+++ Entries supplied
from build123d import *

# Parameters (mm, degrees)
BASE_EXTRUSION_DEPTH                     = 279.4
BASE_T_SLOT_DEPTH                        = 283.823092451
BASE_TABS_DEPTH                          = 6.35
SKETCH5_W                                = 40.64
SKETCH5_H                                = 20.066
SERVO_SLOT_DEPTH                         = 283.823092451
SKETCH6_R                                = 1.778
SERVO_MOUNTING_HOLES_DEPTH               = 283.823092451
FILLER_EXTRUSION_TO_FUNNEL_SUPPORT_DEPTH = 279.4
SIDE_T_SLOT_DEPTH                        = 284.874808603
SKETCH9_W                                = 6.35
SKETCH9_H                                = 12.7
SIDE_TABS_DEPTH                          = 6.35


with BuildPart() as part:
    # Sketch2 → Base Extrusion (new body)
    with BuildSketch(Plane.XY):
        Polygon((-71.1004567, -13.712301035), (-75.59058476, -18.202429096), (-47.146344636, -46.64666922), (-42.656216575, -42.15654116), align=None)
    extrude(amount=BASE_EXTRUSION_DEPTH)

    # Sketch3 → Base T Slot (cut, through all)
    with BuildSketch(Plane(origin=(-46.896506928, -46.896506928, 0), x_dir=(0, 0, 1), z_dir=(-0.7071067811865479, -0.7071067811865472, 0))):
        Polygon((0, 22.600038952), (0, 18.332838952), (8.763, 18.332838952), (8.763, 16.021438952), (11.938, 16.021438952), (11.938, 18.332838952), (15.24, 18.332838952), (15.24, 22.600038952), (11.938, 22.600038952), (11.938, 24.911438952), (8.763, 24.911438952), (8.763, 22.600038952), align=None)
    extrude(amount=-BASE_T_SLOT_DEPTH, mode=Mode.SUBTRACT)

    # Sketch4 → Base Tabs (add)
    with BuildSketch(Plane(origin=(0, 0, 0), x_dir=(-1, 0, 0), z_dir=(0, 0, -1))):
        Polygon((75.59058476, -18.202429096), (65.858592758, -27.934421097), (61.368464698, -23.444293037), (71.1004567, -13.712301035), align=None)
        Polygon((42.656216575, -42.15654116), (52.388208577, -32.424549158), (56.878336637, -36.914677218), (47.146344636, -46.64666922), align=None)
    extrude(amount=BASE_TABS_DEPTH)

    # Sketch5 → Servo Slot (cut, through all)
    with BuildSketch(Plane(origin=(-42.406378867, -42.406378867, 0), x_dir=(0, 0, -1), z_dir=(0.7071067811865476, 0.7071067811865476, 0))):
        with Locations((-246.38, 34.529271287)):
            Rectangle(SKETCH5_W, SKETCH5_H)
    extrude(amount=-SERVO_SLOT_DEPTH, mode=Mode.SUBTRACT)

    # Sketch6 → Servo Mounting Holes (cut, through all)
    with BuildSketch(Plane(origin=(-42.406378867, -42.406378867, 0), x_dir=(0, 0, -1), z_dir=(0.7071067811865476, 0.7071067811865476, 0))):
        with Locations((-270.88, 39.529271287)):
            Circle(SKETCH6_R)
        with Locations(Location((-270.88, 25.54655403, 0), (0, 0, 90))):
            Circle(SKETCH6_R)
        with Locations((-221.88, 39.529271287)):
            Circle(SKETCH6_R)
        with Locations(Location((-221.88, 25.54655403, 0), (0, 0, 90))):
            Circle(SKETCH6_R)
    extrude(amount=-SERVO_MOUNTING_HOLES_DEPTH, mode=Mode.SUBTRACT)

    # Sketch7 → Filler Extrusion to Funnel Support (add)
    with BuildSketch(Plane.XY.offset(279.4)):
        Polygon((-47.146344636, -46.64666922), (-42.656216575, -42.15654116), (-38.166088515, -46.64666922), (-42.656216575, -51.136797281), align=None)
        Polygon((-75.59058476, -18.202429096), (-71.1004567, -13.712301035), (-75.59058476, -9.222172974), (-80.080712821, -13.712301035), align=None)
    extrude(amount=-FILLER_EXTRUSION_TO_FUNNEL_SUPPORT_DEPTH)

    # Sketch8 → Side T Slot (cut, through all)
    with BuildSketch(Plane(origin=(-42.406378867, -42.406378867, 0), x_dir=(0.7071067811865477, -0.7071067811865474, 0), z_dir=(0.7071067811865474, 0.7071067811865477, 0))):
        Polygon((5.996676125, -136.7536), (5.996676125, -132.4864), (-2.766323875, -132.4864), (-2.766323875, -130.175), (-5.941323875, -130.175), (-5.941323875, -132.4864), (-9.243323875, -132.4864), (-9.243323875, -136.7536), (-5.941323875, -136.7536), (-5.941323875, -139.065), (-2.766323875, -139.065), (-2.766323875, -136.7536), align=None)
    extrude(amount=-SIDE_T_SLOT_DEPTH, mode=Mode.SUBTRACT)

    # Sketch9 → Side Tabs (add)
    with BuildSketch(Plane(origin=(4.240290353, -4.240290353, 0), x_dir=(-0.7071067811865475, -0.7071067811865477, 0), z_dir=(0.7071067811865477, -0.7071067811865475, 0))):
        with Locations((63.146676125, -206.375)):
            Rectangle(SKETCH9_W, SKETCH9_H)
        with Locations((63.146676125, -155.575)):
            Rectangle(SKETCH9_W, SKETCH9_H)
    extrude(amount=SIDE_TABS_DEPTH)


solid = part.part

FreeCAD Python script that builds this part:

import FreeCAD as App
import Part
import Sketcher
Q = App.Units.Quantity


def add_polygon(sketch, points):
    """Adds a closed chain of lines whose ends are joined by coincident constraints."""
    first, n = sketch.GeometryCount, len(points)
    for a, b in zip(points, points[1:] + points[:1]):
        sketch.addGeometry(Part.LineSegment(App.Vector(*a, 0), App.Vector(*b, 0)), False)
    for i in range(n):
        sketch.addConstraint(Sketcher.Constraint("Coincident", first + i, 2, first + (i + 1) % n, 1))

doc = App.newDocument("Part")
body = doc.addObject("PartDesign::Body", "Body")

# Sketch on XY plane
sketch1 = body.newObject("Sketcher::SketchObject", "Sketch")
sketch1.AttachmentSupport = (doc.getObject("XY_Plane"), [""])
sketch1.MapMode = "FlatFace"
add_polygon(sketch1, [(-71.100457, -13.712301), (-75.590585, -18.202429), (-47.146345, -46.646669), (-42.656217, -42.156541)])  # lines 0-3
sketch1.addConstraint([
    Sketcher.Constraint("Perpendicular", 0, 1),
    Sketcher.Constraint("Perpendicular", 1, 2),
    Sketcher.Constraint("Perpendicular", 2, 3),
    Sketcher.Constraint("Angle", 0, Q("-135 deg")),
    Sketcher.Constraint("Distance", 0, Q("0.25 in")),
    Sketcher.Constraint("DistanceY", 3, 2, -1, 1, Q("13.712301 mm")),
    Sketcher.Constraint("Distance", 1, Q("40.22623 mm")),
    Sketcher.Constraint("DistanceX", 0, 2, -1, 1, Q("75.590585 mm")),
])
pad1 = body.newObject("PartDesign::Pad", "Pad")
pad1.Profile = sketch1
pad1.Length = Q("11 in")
++++++
+++ Entries supplied
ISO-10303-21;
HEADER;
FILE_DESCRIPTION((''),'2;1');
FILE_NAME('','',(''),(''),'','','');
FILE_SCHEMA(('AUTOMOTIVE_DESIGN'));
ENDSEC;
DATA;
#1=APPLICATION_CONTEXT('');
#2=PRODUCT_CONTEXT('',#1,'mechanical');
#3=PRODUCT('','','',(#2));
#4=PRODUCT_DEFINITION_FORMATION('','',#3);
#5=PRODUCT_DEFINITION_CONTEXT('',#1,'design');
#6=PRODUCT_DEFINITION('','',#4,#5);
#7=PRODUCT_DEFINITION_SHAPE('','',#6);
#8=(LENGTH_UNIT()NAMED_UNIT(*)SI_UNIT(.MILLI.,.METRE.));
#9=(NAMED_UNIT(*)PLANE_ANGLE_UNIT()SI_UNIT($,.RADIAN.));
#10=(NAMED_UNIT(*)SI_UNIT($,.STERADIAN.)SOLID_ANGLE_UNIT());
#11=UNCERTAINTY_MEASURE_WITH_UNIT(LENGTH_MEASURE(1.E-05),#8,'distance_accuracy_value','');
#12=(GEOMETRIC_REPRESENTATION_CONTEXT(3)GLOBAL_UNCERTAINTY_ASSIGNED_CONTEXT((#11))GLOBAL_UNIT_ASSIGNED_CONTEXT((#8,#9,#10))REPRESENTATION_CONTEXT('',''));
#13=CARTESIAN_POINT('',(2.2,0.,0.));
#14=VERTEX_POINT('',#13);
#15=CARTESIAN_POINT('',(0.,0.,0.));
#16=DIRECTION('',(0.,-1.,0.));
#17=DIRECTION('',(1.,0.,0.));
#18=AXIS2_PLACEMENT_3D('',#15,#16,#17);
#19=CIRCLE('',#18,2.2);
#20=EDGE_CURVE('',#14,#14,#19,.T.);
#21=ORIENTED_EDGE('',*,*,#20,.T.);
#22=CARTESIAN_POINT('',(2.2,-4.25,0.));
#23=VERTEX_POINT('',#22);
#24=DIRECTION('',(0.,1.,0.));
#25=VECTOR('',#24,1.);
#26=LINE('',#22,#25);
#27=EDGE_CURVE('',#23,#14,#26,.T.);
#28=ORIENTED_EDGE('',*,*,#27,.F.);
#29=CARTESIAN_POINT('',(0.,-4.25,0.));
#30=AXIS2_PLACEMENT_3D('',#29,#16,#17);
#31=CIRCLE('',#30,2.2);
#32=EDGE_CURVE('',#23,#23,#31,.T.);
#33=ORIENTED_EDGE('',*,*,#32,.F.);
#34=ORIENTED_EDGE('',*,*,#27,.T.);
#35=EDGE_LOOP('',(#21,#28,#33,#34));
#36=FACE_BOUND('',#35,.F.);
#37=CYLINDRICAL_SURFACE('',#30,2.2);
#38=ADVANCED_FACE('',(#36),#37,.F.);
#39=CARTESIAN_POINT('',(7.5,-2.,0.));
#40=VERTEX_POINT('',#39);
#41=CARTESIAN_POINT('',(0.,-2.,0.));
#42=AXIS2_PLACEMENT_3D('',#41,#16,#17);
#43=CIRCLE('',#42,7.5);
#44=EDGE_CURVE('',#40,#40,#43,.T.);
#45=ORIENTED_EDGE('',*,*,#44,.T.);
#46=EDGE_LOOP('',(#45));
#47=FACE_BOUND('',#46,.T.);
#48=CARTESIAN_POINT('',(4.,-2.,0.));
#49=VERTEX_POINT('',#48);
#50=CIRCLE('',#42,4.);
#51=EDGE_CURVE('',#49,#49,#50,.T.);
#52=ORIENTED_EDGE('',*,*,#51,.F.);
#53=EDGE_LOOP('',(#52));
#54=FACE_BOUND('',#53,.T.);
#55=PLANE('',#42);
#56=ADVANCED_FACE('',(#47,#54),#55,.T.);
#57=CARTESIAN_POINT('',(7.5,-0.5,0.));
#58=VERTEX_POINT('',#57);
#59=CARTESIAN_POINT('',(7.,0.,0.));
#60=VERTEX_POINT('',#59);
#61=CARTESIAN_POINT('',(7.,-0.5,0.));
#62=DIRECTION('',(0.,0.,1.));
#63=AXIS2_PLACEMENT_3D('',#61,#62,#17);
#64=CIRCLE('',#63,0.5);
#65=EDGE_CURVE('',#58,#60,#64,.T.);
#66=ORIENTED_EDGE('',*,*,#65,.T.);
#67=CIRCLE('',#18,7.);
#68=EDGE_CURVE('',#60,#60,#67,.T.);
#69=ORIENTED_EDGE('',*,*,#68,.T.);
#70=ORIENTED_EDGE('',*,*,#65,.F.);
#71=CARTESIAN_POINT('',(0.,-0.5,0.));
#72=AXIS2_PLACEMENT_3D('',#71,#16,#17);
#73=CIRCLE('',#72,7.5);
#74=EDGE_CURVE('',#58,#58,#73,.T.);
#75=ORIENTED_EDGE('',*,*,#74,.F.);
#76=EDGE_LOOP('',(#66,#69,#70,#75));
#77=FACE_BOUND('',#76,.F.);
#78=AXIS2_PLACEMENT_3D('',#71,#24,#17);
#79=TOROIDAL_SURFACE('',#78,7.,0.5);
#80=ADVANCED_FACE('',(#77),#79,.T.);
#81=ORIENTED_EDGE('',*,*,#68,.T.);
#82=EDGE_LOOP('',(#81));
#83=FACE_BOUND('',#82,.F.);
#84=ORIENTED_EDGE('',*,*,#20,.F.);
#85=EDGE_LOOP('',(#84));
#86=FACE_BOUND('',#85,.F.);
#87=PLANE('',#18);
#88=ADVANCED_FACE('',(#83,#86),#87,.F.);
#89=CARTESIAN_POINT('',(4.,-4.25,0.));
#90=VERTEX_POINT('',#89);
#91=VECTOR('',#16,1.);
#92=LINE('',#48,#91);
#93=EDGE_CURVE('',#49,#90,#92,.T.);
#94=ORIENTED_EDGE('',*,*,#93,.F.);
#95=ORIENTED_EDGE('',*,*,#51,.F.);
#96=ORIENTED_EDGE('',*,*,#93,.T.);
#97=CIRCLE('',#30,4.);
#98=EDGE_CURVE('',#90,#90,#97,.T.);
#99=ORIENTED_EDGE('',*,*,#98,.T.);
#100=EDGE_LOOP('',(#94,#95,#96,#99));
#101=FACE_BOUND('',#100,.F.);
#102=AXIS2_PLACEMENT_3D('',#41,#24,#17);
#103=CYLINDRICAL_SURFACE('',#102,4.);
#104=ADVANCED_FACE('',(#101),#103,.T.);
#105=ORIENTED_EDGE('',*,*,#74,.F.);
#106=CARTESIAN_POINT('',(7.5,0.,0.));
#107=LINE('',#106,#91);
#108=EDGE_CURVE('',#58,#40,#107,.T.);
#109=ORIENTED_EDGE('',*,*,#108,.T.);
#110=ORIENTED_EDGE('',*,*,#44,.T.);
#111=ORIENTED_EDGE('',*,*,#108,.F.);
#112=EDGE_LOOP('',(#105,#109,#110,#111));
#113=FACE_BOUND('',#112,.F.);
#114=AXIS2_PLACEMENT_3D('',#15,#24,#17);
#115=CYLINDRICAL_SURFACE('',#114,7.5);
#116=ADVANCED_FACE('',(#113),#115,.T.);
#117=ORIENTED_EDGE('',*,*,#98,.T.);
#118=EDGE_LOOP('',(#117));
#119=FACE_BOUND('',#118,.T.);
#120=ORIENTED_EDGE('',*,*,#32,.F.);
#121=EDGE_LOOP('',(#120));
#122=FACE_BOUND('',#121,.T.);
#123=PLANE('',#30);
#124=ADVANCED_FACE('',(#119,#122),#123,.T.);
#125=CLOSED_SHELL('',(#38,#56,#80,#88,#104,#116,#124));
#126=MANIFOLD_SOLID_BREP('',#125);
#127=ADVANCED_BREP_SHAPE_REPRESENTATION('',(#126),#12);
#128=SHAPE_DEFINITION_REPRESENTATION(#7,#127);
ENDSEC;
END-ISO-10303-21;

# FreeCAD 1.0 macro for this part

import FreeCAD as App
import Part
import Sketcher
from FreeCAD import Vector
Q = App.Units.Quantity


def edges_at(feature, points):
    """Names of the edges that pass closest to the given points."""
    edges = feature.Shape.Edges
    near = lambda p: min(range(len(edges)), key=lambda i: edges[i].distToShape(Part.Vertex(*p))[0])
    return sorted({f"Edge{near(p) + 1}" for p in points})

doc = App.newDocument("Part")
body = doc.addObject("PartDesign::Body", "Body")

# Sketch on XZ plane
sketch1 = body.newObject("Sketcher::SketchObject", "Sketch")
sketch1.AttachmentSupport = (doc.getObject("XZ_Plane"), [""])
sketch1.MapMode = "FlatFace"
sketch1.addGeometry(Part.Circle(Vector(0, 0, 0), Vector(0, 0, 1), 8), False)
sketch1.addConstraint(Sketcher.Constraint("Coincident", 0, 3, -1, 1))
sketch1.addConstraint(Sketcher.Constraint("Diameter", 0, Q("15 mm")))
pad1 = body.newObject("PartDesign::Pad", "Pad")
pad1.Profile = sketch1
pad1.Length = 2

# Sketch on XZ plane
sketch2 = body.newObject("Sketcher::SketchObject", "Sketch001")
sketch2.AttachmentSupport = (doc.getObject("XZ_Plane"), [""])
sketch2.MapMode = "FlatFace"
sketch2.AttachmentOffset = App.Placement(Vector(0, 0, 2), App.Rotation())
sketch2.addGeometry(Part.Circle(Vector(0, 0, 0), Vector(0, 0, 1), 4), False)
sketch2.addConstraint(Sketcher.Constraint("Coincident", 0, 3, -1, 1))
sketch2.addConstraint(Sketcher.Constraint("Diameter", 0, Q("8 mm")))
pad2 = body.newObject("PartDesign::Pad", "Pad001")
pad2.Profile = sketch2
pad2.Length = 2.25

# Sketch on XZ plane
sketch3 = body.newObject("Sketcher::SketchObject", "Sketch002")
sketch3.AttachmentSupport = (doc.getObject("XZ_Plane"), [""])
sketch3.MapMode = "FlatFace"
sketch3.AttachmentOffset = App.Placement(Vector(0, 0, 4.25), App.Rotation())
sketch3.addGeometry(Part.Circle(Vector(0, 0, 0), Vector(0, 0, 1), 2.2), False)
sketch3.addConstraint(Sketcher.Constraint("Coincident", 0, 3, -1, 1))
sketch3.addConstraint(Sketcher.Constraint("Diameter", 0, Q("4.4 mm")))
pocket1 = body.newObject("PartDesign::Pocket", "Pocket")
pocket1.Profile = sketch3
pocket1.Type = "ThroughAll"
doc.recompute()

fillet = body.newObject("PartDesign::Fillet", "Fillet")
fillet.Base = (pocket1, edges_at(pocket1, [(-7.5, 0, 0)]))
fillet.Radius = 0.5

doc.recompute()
++++++
Please output exactly the lines between the one holding "extrude(amount=SIDE_TABS_DEPTH)" and the one holding "FreeCAD Python script" in the records above, inclusive, and nothing more.

▶ [Response to the exercise]:
    extrude(amount=SIDE_TABS_DEPTH)


solid = part.part

FreeCAD Python script that builds this part:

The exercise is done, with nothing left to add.